RUTH WISHART goes hi-tech in search of

language, learning, and the Scots tongue,

and finds a braw notion in action.

Should you aye be stravaigin the Net juist mibby ye'll hae come across a braw notion for the weans. The Scuil Wab is just part of a new electronic package launched by the Scottish National Dictionary Association this year to help kids stay in touch with their native tongue. Part of their new website, the Wab complements their already published support material for teachers, and Scots School Dictionary. It uses colour graphics to entice mini loggers-on to become word snowkers - sort of semantic truffle hounds listening out for Scots words they've heard used in any part of their lives.

Or, as the site has it: ''tak tent o onie Scots wors used by yer freens or faimillie the day. Or mibbie ye've seen a Scots word in a buik or newspaper, or heard yin on the TV? Tell us whit Scots words ye ken by fillin ooot the form ablow.'' The invasion of the Internet is just part of the SNDAUs determined push to ensure the revival in Scots usage travels the same information highway as the age group it's most keen to reach. As editorial director Iseabail Macleod acknowledges: ''There's no question that the amount of Scots used has receded in the last 250 years, yet it's not so much disappearing as being used by fewer people.'' The obvious antidote to that pattern is to grow your own linguists and over the last few years with the arrival of superb teaching aids like The Kist, the Scottish educational establishment - however belatedly- has now got the Scots bit between its teeth.

Iseabail and her colleagues are now celebrating a fresh excitement on their patch - news that their lottery application towards a CD Rom version of the schools dictionary which runs amusing activity-based programmes alongside the basic learning text. A grant from the lottery's New Directions fund was matched by the Carnegie Trust and the result, hopes the SNDA, will be ready access to a guid Scots tung for surfers of all ages. The target audience, however, is the upper primary and lower secondary classes, encouraging the younger participants with Scots versions of standard childhood favourites like an electronic Auld Macdonald's Ferm inviting you to match pictures of animal to captions like forkietail and puddock, a Scots version of The Meenister's Cat, not even to mention a Blear-Ma-Ee (''call my bluff'' to those of us still semantically challenged by our own rich heritage.

There are echoes of that fun element even in the written support materials now available to teaching staff with songs, stories, poems, and cartoons of crabbit cats and fleein' grannies.
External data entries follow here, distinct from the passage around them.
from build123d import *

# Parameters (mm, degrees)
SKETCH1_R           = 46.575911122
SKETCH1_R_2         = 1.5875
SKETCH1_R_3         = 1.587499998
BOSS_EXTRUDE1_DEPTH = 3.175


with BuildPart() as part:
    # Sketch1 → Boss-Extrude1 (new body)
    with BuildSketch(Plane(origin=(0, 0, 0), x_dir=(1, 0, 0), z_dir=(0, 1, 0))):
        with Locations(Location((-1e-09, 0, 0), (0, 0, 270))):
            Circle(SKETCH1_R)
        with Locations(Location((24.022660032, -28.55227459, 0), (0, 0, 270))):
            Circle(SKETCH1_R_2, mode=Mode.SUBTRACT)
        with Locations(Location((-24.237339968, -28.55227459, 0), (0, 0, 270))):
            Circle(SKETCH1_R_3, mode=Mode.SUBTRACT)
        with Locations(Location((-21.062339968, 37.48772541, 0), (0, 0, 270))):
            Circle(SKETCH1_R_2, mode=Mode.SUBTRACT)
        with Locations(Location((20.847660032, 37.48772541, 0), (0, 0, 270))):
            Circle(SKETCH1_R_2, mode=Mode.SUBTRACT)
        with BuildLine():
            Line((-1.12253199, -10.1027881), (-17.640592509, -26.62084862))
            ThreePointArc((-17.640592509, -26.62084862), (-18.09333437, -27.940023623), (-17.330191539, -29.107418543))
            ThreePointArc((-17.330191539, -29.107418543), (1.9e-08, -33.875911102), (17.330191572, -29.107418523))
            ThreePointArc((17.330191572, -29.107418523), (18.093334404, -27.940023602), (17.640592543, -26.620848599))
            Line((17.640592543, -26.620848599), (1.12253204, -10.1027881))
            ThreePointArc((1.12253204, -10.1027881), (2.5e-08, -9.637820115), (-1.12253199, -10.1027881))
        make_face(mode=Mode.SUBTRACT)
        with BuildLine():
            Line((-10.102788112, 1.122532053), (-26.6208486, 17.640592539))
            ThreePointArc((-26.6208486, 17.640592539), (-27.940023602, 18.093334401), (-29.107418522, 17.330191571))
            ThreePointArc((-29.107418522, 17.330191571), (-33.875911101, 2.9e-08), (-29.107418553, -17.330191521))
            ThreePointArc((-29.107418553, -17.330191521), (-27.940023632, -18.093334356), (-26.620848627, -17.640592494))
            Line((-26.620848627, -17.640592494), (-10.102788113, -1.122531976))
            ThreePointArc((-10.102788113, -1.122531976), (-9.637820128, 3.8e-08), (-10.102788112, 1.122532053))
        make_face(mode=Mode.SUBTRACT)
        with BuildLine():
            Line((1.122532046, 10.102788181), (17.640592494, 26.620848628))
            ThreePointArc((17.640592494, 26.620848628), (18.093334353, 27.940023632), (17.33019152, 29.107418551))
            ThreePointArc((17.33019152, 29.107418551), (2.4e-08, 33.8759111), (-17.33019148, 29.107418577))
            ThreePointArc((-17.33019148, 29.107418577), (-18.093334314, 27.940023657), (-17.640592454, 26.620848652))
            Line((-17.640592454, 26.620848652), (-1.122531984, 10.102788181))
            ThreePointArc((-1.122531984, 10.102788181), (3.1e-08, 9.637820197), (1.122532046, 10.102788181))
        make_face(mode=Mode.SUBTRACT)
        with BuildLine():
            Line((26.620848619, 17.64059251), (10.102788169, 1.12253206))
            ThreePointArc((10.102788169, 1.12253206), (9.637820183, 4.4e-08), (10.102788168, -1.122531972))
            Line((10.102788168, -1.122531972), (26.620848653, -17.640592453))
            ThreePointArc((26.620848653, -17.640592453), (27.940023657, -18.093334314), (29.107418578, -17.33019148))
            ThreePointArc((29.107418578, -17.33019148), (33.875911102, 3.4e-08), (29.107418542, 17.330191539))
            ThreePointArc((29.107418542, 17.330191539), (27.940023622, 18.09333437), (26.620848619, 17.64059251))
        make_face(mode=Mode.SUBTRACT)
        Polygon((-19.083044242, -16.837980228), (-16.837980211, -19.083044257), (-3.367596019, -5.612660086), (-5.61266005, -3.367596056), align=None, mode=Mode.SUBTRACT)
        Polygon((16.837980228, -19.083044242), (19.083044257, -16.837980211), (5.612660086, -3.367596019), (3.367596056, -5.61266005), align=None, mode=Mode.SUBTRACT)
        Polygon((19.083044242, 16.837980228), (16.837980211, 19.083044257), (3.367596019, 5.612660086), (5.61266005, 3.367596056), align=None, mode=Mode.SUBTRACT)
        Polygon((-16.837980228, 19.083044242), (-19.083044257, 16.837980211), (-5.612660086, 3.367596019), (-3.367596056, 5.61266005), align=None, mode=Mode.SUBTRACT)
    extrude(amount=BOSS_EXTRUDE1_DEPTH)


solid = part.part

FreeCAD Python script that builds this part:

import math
import FreeCAD as App
import Part
import Sketcher
Q = App.Units.Quantity


def add_polygon(sketch, points):
    """Adds a closed chain of lines whose ends are joined by coincident constraints."""
    first, n = sketch.GeometryCount, len(points)
    for a, b in zip(points, points[1:] + points[:1]):
        sketch.addGeometry(Part.LineSegment(App.Vector(*a, 0), App.Vector(*b, 0)), False)
    for i in range(n):
        sketch.addConstraint(Sketcher.Constraint("Coincident", first + i, 2, first + (i + 1) % n, 1))

doc = App.newDocument("Part")
body = doc.addObject("PartDesign::Body", "Body")

sketch1 = doc.addObject("Sketcher::SketchObject", "Sketch")
body.addObject(sketch1)
sketch1.AttachmentSupport = (doc.XZ_Plane, [""])
sketch1.MapMode = "FlatFace"
sketch1.addGeometry(Part.Circle(App.Vector(0, 0, 0), App.Vector(0, 0, 1), 46.6), False)
sketch1.addGeometry(Part.Circle(App.Vector(-21.1, -37.5, 0), App.Vector(0, 0, 1), 1.6), False)
add_polygon(sketch1, [(-19.1, -16.8), (-16.8, -19.1), (-3.4, -5.6), (-5.6, -3.4)])
sketch1.addGeometry(Part.LineSegment(App.Vector(-26.6, -17.6, 0), App.Vector(-10.1, -1.1, 0)), False)
sketch1.addGeometry(Part.ArcOfCircle(Part.Circle(App.Vector(-11.2, 0, 0), App.Vector(0, 0, 1), 1.6), math.radians(-45), math.radians(45)), False)
sketch1.addGeometry(Part.LineSegment(App.Vector(-10.1, 1.1, 0), App.Vector(-26.6, 17.6, 0)), False)
sketch1.addGeometry(Part.ArcOfCircle(Part.Circle(App.Vector(-27.7, 16.5, 0), App.Vector(0, 0, 1), 1.6), math.radians(45), math.radians(149)), False)
sketch1.addGeometry(Part.ArcOfCircle(Part.Circle(App.Vector(0, 0, 0), App.Vector(0, 0, 1), 33.9), math.radians(149), math.radians(211)), False)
Of course the adult component in this exercise also needs to be well motivated - not much use having eager beaver kids with a teacher who doesn't much see the point of it all. But, according to Iseabail, the training colleges have taken that on board and there's been little resistance from the staff room.

As with all cultural ventures in Scotland there are conflicting opinions as to how best we might revive Scots usage at all levels. The more pedantic tendency tends to get its breeks in a bit of a fankle over original spellings, and, at the more obsessive end of the enthusiasts' scale there are those who would try and find a Scots word to replace every part of our exchanges.

That hardly seems the most practical option given that some of the words pressed into service would have been languishing in the conversational dustbin these many centuries.

While Isebail and her colleagues steadfastly avoid being drawn into that kind of debate, their belief is that you can only change habits and enhance Scots language use naturally rather than by disinterring words long since discarded by a multi-cultural world.

You could argue, too, that a mix of English and Scots is both practical and less startling to the ear than Gaelic sentences suddenly punctated by phrases like satellite dish and astronaut.

It seems to this depressingly mono-lingual Scot that what most matters is that bairns from Galloway to Wester Ross, from the Borders to Caithness are all encouraged to make the language of their community and their home a normal part of the rest of their lives.

Already, thankfully, we've mostly got over the hurdle of having them leave their natural tongue at the school room door. Now the richness and status of that vocabulary will be further reinforced by their finding their thoughts echoed on screen as well.

You might reasonably have supposed that stray surfers from elsewhere in our global visit might be gey dumfoonert by visiting the SNDA website. But never underestimate the enthusiasm of the ex- pat Scot, however many generations removed from his or her origins. So, among unexpected words snowkers are Californian cousins anxious to report that their offspring can still tummle their wilkies wi' the best o' them. Gaun yersel' Elmer. The SNDA will take all the help it can get.